但建宁六年地动,听松书院半数屋舍损毁倒塌,为筹资金修整,吕渝不得已拍板了林慎与王家的婚事。如此,王氏才得以如愿嫁与林慎。
兄长没能娶上心仪之人,林恬为此与王氏不对付了很久。轻则与之嘴上相绊,重则性子上来,便专挑些她短处来揭,惯爱给人难堪。
有爱屋及乌,那自然也有“恨屋及乌”。
那些年,王氏在林恬身上受了不少气,如今得知她儿女皆要回来,如何能肯。也因此,徽音一早便将她锁了。
而怀疑吕渝,就出自了徽音主观。
尽管樊嬷嬷将吕渝对她的态度编得天花乱坠,吹上了天,但好就是好,坏就是坏,冰块都握手心了,还能自欺欺人跟着旁人说暖不成?

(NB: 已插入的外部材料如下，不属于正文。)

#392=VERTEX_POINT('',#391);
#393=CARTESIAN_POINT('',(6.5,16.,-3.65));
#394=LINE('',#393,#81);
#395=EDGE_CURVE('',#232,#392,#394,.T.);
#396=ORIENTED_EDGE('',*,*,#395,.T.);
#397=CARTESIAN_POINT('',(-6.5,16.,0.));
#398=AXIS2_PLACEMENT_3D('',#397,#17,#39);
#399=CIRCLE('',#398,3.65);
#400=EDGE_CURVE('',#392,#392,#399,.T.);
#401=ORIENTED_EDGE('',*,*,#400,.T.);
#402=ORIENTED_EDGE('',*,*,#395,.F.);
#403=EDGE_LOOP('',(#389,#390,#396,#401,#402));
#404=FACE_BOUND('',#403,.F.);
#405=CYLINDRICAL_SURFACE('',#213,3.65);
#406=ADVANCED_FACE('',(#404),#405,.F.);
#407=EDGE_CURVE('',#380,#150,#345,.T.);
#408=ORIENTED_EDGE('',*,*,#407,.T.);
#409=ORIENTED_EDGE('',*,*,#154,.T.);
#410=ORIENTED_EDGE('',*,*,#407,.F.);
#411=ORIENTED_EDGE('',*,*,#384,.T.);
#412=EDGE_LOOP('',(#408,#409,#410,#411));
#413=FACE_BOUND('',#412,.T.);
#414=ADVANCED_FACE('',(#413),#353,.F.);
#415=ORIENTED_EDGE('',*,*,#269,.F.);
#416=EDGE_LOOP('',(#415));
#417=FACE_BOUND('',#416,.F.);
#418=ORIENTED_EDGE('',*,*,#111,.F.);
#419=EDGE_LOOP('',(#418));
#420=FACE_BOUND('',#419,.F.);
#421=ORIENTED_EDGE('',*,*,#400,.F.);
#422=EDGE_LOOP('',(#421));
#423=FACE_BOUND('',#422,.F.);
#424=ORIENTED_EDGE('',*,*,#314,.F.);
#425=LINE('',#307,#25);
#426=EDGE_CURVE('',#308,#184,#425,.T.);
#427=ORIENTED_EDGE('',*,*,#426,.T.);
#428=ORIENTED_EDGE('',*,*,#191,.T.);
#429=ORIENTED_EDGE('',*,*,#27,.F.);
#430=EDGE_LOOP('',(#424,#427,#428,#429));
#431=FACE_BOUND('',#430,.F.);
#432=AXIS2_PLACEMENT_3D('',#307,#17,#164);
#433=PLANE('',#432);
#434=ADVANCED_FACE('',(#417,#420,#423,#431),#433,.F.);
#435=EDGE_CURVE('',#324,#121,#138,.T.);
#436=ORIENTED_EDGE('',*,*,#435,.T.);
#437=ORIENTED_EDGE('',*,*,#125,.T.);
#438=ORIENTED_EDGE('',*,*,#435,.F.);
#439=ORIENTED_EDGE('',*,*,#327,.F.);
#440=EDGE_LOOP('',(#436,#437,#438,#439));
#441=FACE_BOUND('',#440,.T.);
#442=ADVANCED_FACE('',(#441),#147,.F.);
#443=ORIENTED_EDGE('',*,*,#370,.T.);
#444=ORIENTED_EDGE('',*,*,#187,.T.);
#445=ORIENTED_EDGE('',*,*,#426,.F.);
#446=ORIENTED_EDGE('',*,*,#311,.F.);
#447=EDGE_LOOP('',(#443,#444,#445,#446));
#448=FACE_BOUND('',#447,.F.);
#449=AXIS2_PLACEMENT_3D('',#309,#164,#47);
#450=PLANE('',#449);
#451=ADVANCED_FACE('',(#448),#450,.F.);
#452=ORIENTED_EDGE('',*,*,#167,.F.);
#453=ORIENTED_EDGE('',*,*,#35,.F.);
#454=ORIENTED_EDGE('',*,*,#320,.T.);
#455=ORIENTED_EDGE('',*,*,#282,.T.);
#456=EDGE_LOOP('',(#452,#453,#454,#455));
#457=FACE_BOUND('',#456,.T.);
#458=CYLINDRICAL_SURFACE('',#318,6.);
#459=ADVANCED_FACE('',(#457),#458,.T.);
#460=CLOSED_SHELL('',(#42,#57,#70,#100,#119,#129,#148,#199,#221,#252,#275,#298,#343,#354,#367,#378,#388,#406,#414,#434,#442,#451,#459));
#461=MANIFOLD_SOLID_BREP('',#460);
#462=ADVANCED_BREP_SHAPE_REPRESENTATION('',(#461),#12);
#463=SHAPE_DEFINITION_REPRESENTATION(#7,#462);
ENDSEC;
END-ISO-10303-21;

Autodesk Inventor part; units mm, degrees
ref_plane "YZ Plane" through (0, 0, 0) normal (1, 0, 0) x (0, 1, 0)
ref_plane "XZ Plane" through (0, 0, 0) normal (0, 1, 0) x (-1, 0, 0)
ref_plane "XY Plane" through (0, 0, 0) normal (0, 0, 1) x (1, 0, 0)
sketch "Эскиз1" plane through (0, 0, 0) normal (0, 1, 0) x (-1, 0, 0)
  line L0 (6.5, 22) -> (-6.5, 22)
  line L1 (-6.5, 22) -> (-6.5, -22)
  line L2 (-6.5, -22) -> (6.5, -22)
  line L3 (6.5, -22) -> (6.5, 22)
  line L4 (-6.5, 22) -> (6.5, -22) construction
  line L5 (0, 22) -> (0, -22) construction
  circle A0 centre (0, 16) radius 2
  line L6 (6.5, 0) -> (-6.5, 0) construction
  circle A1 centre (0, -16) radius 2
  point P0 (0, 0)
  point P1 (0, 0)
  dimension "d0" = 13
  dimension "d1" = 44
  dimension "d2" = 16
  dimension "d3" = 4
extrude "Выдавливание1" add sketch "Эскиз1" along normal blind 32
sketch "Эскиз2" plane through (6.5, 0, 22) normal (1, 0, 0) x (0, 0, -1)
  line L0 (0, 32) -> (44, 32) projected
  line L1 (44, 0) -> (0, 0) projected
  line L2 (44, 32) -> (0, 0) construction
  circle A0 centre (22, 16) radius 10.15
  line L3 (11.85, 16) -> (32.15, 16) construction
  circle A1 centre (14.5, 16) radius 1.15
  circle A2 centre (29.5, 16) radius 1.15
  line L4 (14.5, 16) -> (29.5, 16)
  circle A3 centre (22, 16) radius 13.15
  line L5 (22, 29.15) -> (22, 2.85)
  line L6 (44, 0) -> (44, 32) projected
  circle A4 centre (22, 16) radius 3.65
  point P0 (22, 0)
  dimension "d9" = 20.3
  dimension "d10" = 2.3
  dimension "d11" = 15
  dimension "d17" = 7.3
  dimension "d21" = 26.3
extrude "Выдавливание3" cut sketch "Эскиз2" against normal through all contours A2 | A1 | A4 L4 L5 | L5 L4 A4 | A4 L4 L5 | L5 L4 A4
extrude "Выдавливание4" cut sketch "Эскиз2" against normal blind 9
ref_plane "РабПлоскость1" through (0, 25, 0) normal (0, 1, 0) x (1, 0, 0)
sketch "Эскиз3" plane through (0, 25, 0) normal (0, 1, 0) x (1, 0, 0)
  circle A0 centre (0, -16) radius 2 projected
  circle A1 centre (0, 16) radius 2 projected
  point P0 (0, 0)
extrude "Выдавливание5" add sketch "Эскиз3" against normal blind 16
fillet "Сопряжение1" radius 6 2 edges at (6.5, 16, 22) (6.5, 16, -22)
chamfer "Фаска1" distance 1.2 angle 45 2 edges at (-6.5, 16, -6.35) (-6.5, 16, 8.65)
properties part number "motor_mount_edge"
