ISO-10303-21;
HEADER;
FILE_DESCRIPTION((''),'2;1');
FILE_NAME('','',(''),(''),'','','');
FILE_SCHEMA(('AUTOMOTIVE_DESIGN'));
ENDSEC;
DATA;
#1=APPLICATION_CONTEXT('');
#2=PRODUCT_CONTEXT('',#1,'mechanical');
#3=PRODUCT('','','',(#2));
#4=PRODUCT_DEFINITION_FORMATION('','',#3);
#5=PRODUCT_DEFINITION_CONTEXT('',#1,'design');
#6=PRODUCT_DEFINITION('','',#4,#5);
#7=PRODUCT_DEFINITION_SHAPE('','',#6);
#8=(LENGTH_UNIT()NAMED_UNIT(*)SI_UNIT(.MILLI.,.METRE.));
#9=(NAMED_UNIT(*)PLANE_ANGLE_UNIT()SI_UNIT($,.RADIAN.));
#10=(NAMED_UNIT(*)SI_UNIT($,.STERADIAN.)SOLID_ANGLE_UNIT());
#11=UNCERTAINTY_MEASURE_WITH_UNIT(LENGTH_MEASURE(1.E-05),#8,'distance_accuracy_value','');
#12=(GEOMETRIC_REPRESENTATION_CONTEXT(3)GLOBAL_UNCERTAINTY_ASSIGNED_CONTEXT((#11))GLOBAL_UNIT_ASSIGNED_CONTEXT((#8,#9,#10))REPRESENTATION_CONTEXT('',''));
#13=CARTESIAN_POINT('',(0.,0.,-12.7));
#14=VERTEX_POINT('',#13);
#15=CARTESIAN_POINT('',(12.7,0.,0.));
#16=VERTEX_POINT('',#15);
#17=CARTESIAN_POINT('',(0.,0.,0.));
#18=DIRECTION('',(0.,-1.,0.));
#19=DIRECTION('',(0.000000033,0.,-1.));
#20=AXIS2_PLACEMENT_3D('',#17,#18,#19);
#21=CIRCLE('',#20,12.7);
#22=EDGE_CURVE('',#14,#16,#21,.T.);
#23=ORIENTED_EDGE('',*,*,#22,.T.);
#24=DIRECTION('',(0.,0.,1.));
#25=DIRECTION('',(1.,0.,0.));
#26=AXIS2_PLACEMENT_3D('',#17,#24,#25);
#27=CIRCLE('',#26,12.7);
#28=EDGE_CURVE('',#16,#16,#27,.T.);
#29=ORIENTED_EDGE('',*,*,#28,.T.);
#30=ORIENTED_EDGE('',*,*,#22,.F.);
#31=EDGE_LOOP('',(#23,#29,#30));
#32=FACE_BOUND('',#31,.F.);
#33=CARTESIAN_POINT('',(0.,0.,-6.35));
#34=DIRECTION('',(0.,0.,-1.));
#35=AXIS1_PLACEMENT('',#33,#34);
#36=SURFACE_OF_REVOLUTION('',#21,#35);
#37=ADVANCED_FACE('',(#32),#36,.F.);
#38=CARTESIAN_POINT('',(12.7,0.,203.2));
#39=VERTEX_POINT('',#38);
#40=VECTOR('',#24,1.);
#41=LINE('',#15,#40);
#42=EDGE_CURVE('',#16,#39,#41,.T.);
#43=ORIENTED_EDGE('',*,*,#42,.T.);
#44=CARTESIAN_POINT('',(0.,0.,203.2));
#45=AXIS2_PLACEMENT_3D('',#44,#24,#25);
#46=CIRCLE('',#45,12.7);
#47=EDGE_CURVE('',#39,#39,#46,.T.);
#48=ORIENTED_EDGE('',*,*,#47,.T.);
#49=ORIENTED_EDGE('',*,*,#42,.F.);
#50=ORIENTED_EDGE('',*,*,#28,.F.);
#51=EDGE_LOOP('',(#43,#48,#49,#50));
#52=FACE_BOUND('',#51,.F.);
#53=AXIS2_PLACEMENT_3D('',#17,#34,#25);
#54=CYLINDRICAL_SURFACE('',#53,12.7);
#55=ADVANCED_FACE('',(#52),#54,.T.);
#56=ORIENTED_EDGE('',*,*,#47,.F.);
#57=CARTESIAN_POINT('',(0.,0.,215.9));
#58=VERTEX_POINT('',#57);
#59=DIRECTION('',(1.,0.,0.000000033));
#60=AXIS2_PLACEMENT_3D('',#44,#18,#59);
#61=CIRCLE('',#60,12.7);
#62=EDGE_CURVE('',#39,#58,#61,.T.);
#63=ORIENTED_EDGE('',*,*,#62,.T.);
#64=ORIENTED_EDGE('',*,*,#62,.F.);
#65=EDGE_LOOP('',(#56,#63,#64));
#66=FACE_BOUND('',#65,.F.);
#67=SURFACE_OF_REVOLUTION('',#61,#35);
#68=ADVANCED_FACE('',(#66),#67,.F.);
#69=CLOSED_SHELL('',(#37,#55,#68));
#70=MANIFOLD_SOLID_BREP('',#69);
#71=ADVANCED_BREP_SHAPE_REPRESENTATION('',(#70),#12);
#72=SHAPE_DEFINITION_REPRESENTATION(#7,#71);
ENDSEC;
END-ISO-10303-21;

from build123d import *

# Parameters (mm, degrees)
F0_R     = 12.7
F1_DEPTH = 203.2


with BuildPart() as f1:
    # F0 (on Top) → F1 (new body)
    with BuildSketch(Plane.XY):
        Circle(F0_R)
    extrude(amount=F1_DEPTH)

    # F2 (on Front) → F3 (revolve)
    with BuildSketch(Plane.XZ):
        with BuildLine():
            Line((0, 215.9), (0, 203.2))
            Line((0, 203.2), (12.7, 203.2))
            ThreePointArc((12.7, 203.2), (8.980256, 212.180256), (0, 215.9))
        make_face()
        with BuildLine():
            Line((12.7, 0), (0, 0))
            Line((0, 0), (0, -12.7))
            ThreePointArc((0, -12.7), (8.980256, -8.980256), (12.7, 0))
        make_face()
    revolve(axis=Axis((0, 0, -6.35), (0, 0, -1)))


solid = f1.part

樊嬷嬷说吕渝让她住东跨院是为对她好,林葇说吕渝让她住东跨院是为堵外人口。但事实上,这些都不是。
让她住,只是很简单的,吕渝知道她住不久。
早在她入府那日,吕渝便悄悄为她定好了一门婚事。
在热孝期内。
夫婿是,卫家的病秧子。
能成的缘由,与宁王府邀她共去元宵宴的原因一致,滑稽可笑,都是想借了她身上披着的那层孝,以“红白撞煞”,化肃杀为祥和。
一个望老宁王能清醒,而另一个,则愿儿子能够康健。
急促又仓忙。
吕渝如此迫不及待地想将她从林家踢出,徽音又怎能不去怀疑她撕信不让她回府。
至于樊嬷嬷后来如何能上山去接人,按她的说法,是拼回了撕碎的信才得了信息。
樊嬷嬷三指竖天:“我老婆子所言句句属实,若有半句谎话,不得好死!”
又问她为何要这般大费周章地接人。
樊嬷嬷声音颤抖:“一滴乳,十滴血。”
“甜姐儿虽说不是从我肚皮里出来的,但她是我奶大的,身体里也算是流了我的血。”
“你是甜姐儿的孩子,我怎能不上心。”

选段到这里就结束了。